------ AVAILABLE DATA

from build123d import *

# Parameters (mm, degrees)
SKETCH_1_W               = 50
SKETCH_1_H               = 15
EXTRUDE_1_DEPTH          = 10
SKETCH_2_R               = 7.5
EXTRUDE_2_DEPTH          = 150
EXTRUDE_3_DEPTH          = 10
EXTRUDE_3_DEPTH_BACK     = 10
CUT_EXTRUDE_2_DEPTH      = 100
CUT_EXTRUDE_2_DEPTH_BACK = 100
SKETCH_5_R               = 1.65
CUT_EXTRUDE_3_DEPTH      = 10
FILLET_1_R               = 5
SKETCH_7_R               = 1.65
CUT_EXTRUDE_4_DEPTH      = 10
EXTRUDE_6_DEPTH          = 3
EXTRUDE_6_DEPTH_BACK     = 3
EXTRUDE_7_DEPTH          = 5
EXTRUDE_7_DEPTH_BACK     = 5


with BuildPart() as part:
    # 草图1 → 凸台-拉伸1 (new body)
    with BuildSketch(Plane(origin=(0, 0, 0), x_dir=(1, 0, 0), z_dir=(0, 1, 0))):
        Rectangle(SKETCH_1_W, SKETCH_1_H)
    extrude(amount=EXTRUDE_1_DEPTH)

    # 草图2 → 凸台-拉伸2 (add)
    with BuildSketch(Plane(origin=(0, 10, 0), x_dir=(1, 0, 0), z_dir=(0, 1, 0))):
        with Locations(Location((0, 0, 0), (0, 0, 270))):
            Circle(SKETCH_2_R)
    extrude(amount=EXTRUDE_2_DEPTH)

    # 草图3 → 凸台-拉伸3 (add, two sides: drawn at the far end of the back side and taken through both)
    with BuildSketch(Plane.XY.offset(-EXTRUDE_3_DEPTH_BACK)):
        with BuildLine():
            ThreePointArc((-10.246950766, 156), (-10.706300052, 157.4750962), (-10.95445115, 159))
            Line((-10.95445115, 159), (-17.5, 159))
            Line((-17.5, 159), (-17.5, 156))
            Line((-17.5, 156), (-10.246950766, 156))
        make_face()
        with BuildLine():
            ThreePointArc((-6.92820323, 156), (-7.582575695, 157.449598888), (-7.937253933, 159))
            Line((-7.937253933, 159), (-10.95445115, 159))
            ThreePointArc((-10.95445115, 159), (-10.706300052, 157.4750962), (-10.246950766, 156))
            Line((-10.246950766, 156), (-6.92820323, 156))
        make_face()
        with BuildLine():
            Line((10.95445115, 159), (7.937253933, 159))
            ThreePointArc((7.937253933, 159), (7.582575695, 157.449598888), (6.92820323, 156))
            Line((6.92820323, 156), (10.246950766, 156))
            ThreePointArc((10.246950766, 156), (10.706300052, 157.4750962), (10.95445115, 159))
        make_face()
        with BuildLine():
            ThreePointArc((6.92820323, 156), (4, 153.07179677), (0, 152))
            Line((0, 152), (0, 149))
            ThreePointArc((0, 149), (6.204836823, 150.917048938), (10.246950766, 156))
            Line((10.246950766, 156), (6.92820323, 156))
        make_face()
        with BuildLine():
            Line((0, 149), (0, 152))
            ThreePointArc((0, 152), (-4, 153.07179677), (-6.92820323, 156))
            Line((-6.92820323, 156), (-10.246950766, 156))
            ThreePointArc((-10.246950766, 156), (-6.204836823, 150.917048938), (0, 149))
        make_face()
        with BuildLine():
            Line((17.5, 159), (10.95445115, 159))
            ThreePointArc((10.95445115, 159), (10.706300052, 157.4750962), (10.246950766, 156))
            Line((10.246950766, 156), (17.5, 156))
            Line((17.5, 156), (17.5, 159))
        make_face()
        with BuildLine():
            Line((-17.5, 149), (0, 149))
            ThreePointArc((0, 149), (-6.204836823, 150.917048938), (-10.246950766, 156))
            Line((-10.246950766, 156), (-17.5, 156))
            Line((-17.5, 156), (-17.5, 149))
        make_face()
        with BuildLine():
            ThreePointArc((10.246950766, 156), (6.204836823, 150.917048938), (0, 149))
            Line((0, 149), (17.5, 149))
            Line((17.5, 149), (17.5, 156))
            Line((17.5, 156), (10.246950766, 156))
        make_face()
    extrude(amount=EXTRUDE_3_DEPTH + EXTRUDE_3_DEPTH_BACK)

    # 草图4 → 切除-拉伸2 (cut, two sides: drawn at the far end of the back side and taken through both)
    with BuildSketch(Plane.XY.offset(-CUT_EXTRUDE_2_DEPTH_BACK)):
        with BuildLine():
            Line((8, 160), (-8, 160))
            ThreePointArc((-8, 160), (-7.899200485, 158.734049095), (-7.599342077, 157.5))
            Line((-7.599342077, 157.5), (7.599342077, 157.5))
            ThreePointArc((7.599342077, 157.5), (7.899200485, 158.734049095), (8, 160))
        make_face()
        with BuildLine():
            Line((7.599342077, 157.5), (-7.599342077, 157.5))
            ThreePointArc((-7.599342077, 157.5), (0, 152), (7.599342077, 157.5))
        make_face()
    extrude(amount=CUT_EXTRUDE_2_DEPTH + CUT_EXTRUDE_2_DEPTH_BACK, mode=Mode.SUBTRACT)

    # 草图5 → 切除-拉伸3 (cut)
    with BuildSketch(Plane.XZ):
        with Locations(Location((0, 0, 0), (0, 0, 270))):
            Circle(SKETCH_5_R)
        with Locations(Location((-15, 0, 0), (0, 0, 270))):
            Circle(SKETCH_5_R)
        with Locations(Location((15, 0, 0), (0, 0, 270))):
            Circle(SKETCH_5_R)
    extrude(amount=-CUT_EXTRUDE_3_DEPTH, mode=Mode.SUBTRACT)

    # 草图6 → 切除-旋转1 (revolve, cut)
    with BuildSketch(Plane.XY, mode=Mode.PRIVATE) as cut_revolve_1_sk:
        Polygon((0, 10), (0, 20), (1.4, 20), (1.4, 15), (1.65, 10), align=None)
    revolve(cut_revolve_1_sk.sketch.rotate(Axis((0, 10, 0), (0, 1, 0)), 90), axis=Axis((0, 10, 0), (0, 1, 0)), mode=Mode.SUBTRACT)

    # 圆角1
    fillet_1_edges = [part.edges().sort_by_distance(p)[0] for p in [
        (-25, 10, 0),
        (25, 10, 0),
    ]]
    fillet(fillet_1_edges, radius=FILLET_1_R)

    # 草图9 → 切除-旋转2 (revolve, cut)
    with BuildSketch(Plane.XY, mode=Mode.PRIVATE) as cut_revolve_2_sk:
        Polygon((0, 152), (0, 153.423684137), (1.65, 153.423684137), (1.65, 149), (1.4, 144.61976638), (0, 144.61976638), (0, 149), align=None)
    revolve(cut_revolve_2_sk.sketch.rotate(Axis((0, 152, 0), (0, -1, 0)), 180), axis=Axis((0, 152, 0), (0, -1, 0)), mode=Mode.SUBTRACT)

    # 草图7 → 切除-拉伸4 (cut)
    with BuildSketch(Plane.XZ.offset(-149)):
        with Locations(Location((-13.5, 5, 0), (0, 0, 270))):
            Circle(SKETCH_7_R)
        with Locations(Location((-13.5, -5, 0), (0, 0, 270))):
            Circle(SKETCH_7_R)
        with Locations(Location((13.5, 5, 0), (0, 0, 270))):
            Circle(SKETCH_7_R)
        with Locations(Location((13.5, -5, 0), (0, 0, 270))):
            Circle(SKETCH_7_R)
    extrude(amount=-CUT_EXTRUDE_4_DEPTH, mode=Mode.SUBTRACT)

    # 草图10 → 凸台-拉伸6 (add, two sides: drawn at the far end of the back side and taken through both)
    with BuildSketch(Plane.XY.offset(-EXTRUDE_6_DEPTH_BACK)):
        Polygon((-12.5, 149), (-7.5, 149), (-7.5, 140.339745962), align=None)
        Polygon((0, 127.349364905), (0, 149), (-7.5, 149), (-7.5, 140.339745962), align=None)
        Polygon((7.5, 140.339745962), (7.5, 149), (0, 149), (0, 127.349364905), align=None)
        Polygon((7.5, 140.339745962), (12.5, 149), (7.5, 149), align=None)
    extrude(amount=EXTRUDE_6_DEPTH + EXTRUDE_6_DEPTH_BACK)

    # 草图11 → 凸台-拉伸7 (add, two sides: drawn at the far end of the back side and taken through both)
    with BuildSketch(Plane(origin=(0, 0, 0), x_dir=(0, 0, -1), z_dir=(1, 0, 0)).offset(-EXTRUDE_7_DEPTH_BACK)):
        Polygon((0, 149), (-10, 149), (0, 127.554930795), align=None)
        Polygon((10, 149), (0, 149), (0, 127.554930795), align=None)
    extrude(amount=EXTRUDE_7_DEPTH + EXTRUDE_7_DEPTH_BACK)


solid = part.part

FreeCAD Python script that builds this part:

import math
import FreeCAD as App
import Part
import Sketcher

V = App.Vector
Q = App.Units.Quantity


def edges_at(feature, points):
    """Names of the edges that pass closest to the given points."""
    edges = feature.Shape.Edges
    near = lambda p: min(range(len(edges)), key=lambda i: edges[i].distToShape(Part.Vertex(*p))[0])
    return sorted({f"Edge{near(p) + 1}" for p in points})

doc = App.newDocument("Part")
body = doc.addObject("PartDesign::Body", "Body")

sketch1 = body.newObject("Sketcher::SketchObject", "Sketch")
sketch1.AttachmentSupport = (doc.getObject("XZ_Plane"), [""])
sketch1.MapMode = "FlatFace"
sketch1.addGeometry(Part.LineSegment(V(-25, -8, 0), V(-25, 8, 0)), False)
sketch1.addGeometry(Part.LineSegment(V(-25, 8, 0), V(25, 8, 0)), False)
sketch1.addGeometry(Part.LineSegment(V(25, 8, 0), V(25, -8, 0)), False)
sketch1.addGeometry(Part.LineSegment(V(25, -8, 0), V(-25, -8, 0)), False)
sketch1.addConstraint(Sketcher.Constraint("Coincident", 0, 2, 1, 1))
sketch1.addConstraint(Sketcher.Constraint("Coincident", 1, 2, 2, 1))
sketch1.addConstraint(Sketcher.Constraint("Coincident", 2, 2, 3, 1))
sketch1.addConstraint(Sketcher.Constraint("Coincident", 3, 2, 0, 1))
sketch1.addConstraint(Sketcher.Constraint("Vertical", 0))
sketch1.addConstraint(Sketcher.Constraint("Horizontal", 1))
sketch1.addConstraint(Sketcher.Constraint("Vertical", 2))
sketch1.addConstraint(Sketcher.Constraint("Horizontal", 3))
sketch1.addConstraint(Sketcher.Constraint("Symmetric", 0, 2, 2, 2, -1, 1))
sketch1.addConstraint(Sketcher.Constraint("DistanceX", 1, 1, 1, 2, 50.0))
sketch1.addConstraint(Sketcher.Constraint("DistanceY", 0, 1, 0, 2, 15.0))
pad1 = body.newObject("PartDesign::Pad", "Pad")
pad1.Profile = sketch1
pad1.Length = 10
pad1.Reversed = True

sketch2 = body.newObject("Sketcher::SketchObject", "Sketch001")
sketch2.AttachmentSupport = (doc.getObject("XZ_Plane"), [""])
sketch2.MapMode = "FlatFace"
sketch2.AttachmentOffset = App.Placement(V(0, 0, -10), App.Rotation())
sketch2.addGeometry(Part.Circle(V(0, 0, 0), V(0, 0, 1), 8), False)
sketch2.addConstraint(Sketcher.Constraint("Coincident", 0, 3, -1, 1))
sketch2.addConstraint(Sketcher.Constraint("Diameter", 0, 15.0))
pad2 = body.newObject("PartDesign::Pad", "Pad001")
pad2.Profile = sketch2
pad2.Length = 150
pad2.Reversed = True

------------

■ **TRY IT**
Using the records given above, list every line that includes the word "axis".

■ **WRITTEN ANSWER**
    revolve(cut_revolve_1_sk.sketch.rotate(Axis((0, 10, 0), (0, 1, 0)), 90), axis=Axis((0, 10, 0), (0, 1, 0)), mode=Mode.SUBTRACT)
    revolve(cut_revolve_2_sk.sketch.rotate(Axis((0, 152, 0), (0, -1, 0)), 180), axis=Axis((0, 152, 0), (0, -1, 0)), mode=Mode.SUBTRACT)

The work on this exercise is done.